Strengths and limitations

The perinatal audit was not primarily set up for scientific purposes, but as an instrument to monitor and improve the quality of perinatal healthcare. Because PARS is set up as an anonymous database it was not possible to link the data to the national perinatal registry or check the source files, resulting in missing maternal and perinatal information on case level. Especially the impossibility to distinguish between late-term and postterm pregnancy, parity, level of care during pregnancy and delivery, onset of labour (spontaneous onset or labour induction) and mode of delivery are major limitations of the current PARS registry. This makes it difficult to draw conclusions on the level of obstetric management and is the main reason we did not perform statistical analyses [9, 13, 23]. Another limitation is that only 75% of all cases are audited and entered in PARS. Cases with a clear cause of death are sometimes not audited, which results in a selected group of perinatal deaths registered in PARS and could contribute to an over−/underestimation in timing of perinatal death, causes of perinatal death and SSFs. Though auditing cases of maternal/perinatal/adverse events is getting more and more ‘standard care’, it is still not obligatory to perform an audit, or to enter audited cases in the PARS database. This reflection on management of care could be a quality requirement to ensure high standards in obstetric care in the Netherlands.

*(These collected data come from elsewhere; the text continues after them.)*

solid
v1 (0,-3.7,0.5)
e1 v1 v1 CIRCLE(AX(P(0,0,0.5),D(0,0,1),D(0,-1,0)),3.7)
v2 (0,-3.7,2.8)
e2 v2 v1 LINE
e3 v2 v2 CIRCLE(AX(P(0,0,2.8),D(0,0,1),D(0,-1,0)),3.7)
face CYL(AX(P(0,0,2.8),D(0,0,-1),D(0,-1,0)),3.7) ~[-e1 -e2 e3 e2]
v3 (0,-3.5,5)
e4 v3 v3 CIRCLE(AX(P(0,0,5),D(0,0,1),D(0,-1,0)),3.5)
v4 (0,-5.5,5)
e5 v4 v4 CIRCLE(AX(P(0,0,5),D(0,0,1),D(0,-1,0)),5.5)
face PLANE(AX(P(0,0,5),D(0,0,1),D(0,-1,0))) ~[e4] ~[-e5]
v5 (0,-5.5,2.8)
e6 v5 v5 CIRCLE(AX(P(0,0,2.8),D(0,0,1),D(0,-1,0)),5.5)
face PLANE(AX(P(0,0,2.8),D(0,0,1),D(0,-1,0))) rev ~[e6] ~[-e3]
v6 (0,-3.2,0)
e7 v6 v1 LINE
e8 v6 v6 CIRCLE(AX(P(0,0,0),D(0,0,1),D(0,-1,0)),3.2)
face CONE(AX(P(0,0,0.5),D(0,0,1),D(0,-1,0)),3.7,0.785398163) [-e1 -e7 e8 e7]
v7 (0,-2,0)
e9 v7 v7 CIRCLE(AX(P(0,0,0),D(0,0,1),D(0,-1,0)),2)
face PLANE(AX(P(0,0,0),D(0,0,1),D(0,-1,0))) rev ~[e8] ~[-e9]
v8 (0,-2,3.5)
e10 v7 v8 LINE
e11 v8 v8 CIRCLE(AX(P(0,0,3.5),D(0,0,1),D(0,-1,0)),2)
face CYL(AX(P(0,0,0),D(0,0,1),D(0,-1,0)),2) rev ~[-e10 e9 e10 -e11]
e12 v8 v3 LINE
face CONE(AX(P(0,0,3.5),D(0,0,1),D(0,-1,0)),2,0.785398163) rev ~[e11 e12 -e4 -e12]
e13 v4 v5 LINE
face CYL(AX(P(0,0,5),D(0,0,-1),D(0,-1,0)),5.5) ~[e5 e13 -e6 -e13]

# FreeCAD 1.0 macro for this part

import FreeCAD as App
import Part
import Sketcher
from FreeCAD import Vector


def edges_at(feature, points):
    """Names of the edges that pass closest to the given points."""
    edges = feature.Shape.Edges
    near = lambda p: min(range(len(edges)), key=lambda i: edges[i].distToShape(Part.Vertex(*p))[0])
    return sorted({f"Edge{near(p) + 1}" for p in points})

doc = App.newDocument("Part")
params = doc.addObject("Spreadsheet::Sheet", "Params")
for row, (alias, value) in enumerate([
    ("sketch1_height", "5 mm"),
    ("sketch1_width", "1.7 mm"),
    ("sketch1_width2", "3.5 mm"),
    ("sketch1_height2", "2.2 mm"),
    ("revolution_angle", "360 deg"),
    ("chamfer_size", "1.5 mm"),
    ("chamfer2_size", "0.5 mm"),
], start=1):
    params.set(f"A{row}", alias)
    params.set(f"B{row}", "=" + value)
    params.setAlias(f"B{row}", alias)

body = doc.addObject("PartDesign::Body", "Body")

sketch1 = body.newObject("Sketcher::SketchObject", "Sketch")
sketch1.AttachmentSupport = (doc.getObject("YZ_Plane"), [""])
sketch1.MapMode = "FlatFace"
sketch1.addGeometry([
    Part.LineSegment(Vector(-3.7, 0, 0), Vector(-2, 0, 0)),
    Part.LineSegment(Vector(-2, 0, 0), Vector(-2, 5, 0)),
    Part.LineSegment(Vector(-2, 5, 0), Vector(-5.5, 5, 0)),
    Part.LineSegment(Vector(-5.5, 5, 0), Vector(-5.5, 2.8, 0)),
    Part.LineSegment(Vector(-5.5, 2.8, 0), Vector(-3.7, 2.8, 0)),
    Part.LineSegment(Vector(-3.7, 2.8, 0), Vector(-3.7, 0, 0)),
], False)
sketch1.addConstraint([
    Sketcher.Constraint("Coincident", 0, 2, 1, 1),
    Sketcher.Constraint("Coincident", 1, 2, 2, 1),
    Sketcher.Constraint("Coincident", 2, 2, 3, 1),
    Sketcher.Constraint("Coincident", 3, 2, 4, 1),
    Sketcher.Constraint("Coincident", 4, 2, 5, 1),
    Sketcher.Constraint("Coincident", 5, 2, 0, 1),
    Sketcher.Constraint("Horizontal", 0),
    Sketcher.Constraint("Vertical", 1),
    Sketcher.Constraint("Horizontal", 2),
    Sketcher.Constraint("Vertical", 3),
    Sketcher.Constraint("Horizontal", 4),
    Sketcher.Constraint("Vertical", 5),
    Sketcher.Constraint("PointOnObject", 0, 2, -1),
    Sketcher.Constraint("DistanceY", 1, 1, 1, 2, 5.0),
    Sketcher.Constraint("DistanceX", 0, 1, 0, 2, 1.7),
    Sketcher.Constraint("DistanceX", 2, 2, 2, 1, 3.5),
    Sketcher.Constraint("DistanceY", 3, 2, 3, 1, 2.2),
    Sketcher.Constraint("DistanceX", 0, 2, -1, 1, 2.0),
])
sketch1.setExpression("Constraints[13]", "Params.sketch1_height")
sketch1.setExpression("Constraints[14]", "Params.sketch1_width")
sketch1.setExpression("Constraints[15]", "Params.sketch1_width2")
sketch1.setExpression("Constraints[16]", "Params.sketch1_height2")
revolution = body.newObject("PartDesign::Revolution", "Revolution")
revolution.Profile = sketch1
revolution.ReferenceAxis = (sketch1, ["V_Axis"])
revolution.setExpression("Angle", "Params.revolution_angle")
doc.recompute()

chamfer = body.newObject("PartDesign::Chamfer", "Chamfer")
chamfer.Base = (revolution, edges_at(revolution, [(0, 2, 5)]))
chamfer.setExpression("Size", "Params.chamfer_size")
doc.recompute()

chamfer2 = body.newObject("PartDesign::Chamfer", "Chamfer001")
chamfer2.Base = (chamfer, edges_at(chamfer, [(0, 3.7, 0)]))
chamfer2.setExpression("Size", "Params.chamfer2_size")

doc.recompute()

A limitation of the SSF classification system is that this is not standardized, which makes it more difficult to compare our results to other countries. The main outcome regarding inadequate CTG monitoring could not be differentiated into monitoring prior or during delivery.

Recommendations

There is an urgent need for a uniform international classification system of SSFs. The Groningen system has a moderate to good inter-rater agreement on well-defined (sub) categories, with clear guidelines and examples, which can be used to standardise the SSFs in the PARS database together with the studies of Eskes [49]. In addition, the PARS database should also make some basic characteristics and obstetric characteristics (eg spontaneous onset of labour/induction) obliguatory to fill in and use the ICD-PM classification in order to make the database more suitable for future evaluation. Finally, in pregnancies ≥41 weeks, care providers should be aware of the risk of intrapartum asphyxia and in those pregnancies where CTG is indicated, attention should be paid to adequate CTG registration, evaluation and classification.

Conclusions

Pregnancies with a gestational age at or beyond 41 weeks, from which 75% registered in the Dutch Perinatal Audit system, showed less antepartum stillbirth and more intrapartum stillbirth than pregnancies of 37.0–40.6 weeks. More foetal, intrapartum, and neonatal asphyxia were identified as causes of death in pregnancies beyond 41 weeks compared to pregnancies of 37.0–40.6 weeks. The most identified SSFs with a relation to death in pregnancies beyond 41 weeks concerned inadequate CTG monitoring (evaluation, classification, registration or documentation) and ‘inadequate action on decreased foetal movements’.